For a manual install of the latest code directly from GitHub:
pip install git+https://github.com/xhan97/IsoKernel.git
Alternatively download the package, install requirements, and manually run the installer:
wget https://codeload.github.com/xhan97/IsoKernel/zip/refs/heads/master
unzip IsoKernel-master.zip
rm IsoKernel-master.zip
cd IsoKernel-master
pip install -r requirements.txt
python setup.py install
The IsoKernel package inherits from sklearn classes, and thus drops in neatly
next to other sklearn with an identical calling API. Similarly it
supports input in a variety of formats: an array (or pandas dataframe) of shape (num_samples x num_features)
.
from IsoKernel import IsoKernel
from sklearn.datasets import make_blobs
data, _ = make_blobs(1000)
ik = IsoKernel(n_estimators=200, max_samples=16, method="anne") # method can be "anne" or "inne"
ik = ik.fit(data)
# get Isolation Kernel feature for all points in data.
ik.transform(data)
# get pairwise Isolation Kernel similarity for all points in data.
ik.similarity(data)
Isolation Distributional Kernel is a new way to measure the similarity between two distributions. It addresses two key issues of kernel mean embedding, where the kernel employed has:
- a feature map with intractable dimensionality which leads to high computational cost;
- data independency which leads to poor accuracy.

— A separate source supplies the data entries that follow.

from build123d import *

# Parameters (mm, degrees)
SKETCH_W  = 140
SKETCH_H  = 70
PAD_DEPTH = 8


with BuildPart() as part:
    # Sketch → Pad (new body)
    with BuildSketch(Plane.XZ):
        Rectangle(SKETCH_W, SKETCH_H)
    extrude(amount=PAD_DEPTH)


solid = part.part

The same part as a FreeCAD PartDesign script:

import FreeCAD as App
import Part
import Sketcher

doc = App.newDocument("Part")
body = doc.addObject("PartDesign::Body", "Body")

sketch1 = body.newObject("Sketcher::SketchObject", "Sketch")
sketch1.AttachmentSupport = (doc.getObject("XZ_Plane"), [""])
sketch1.MapMode = "FlatFace"
sketch1.addGeometry([
    Part.LineSegment(App.Vector(-70, 35, 0), App.Vector(-70, -35, 0)),
    Part.LineSegment(App.Vector(-70, -35, 0), App.Vector(70, -35, 0)),
    Part.LineSegment(App.Vector(70, -35, 0), App.Vector(70, 35, 0)),
    Part.LineSegment(App.Vector(70, 35, 0), App.Vector(-70, 35, 0)),
], False)
sketch1.addConstraint([
    Sketcher.Constraint("Coincident", 0, 2, 1, 1),
    Sketcher.Constraint("Coincident", 1, 2, 2, 1),
    Sketcher.Constraint("Coincident", 2, 2, 3, 1),
    Sketcher.Constraint("Coincident", 3, 2, 0, 1),
    Sketcher.Constraint("Vertical", 0),
    Sketcher.Constraint("Horizontal", 1),
    Sketcher.Constraint("Vertical", 2),
    Sketcher.Constraint("Horizontal", 3),
    Sketcher.Constraint("Symmetric", 0, 2, 2, 2, -1, 1),
    Sketcher.Constraint("DistanceX", 1, 1, 1, 2, 140.0),
    Sketcher.Constraint("DistanceY", 0, 2, 0, 1, 70.0),
])
pad1 = body.newObject("PartDesign::Pad", "Pad")
pad1.Profile = sketch1
pad1.Length = 8

doc.recompute()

from IsoKernel import IsoDisKernel
from sklearn.datasets import make_blobs
data, _ = make_blobs(1000)
idk = IsoDisKernel(n_estimators=200, max_samples=16, method="anne") # method can be "anne" or "inne"
idk = idk.fit(data)
D_i = data[:10]
D_j = data[-10:]
# Directly get the similarity between two distributions
# is_normalize: whether return the normalized similarity matrix ranged of [0,1]. Default: True
sim = idk.similarity(D_i, D_j, is_normalize=True)
# get ik feature of two distributions
ikm_D_i, ikm_D_j = idk.transform(D_i, D_j)
# get kernel mean embedding
kme_D_i = idk.kernel_mean_embedding(ikm_D_i)
kme_D_j = idk.kernel_mean_embedding(ikm_D_j)
# get similarity between two distributions.
sim = idk.kme_similarity(kme_D_i, kme_D_j, is_normalize=True)
The package tests can be run after installation using the command:
pip install pytest
or, if pytest
is installed:
pytest IsoKernel/tests
If one or more of the tests fail, please report a bug at https://github.com/xhan97/IsoKernel/issues
Python 3 is recommend the better option if it is available to you.
If you have used this codebase in a scientific publication and wish to cite it, please use the following publication (Bibtex format):
@inproceedings{10.1145/3219819.3219990,
author = {Ting, Kai Ming and Zhu, Yue and Zhou, Zhi-Hua},
title = {Isolation Kernel and Its Effect on SVM},
year = {2018},
publisher = {Association for Computing Machinery},
address = {New York, NY, USA},
booktitle = {Proceedings of the 24th ACM SIGKDD International Conference on Knowledge Discovery & Data Mining},
pages = {2329–2337},
numpages = {9},
location = {London, United Kingdom},
series = {KDD '18}
}
@inproceedings{ting2020Isolation,
author = {Ting, Kai Ming and Xu, Bi-Cun and Washio, Takashi and Zhou, Zhi-Hua},
title = {Isolation Distributional Kernel: A New Tool for Kernel Based Anomaly Detection},
year = {2020},
publisher = {Association for Computing Machinery},
address = {New York, NY, USA},
doi = {10.1145/3394486.3403062},
pages = {198-206},
numpages = {9},
series = {KDD '20}
}
@inproceedings{HZTZL22Streaming,
author = {Han, Xin and Zhu, Ye and Ting, Kai Ming and Zhan, De-Chuan and Li, Gang},
title = {Streaming Hierarchical Clustering Based on Point-Set Kernel},
year = {2022},
isbn = {9781450393850},
publisher = {Association for Computing Machinery},
address = {New York, NY, USA},
url = {https://doi.org/10.1145/3534678.3539323},
doi = {10.1145/3534678.3539323},
pages = {525–533},
numpages = {9},
keywords = {streaming data, hierarchical clustering, isolation kernel},
location = {Washington DC, USA},
series = {KDD '22}
}
Apache license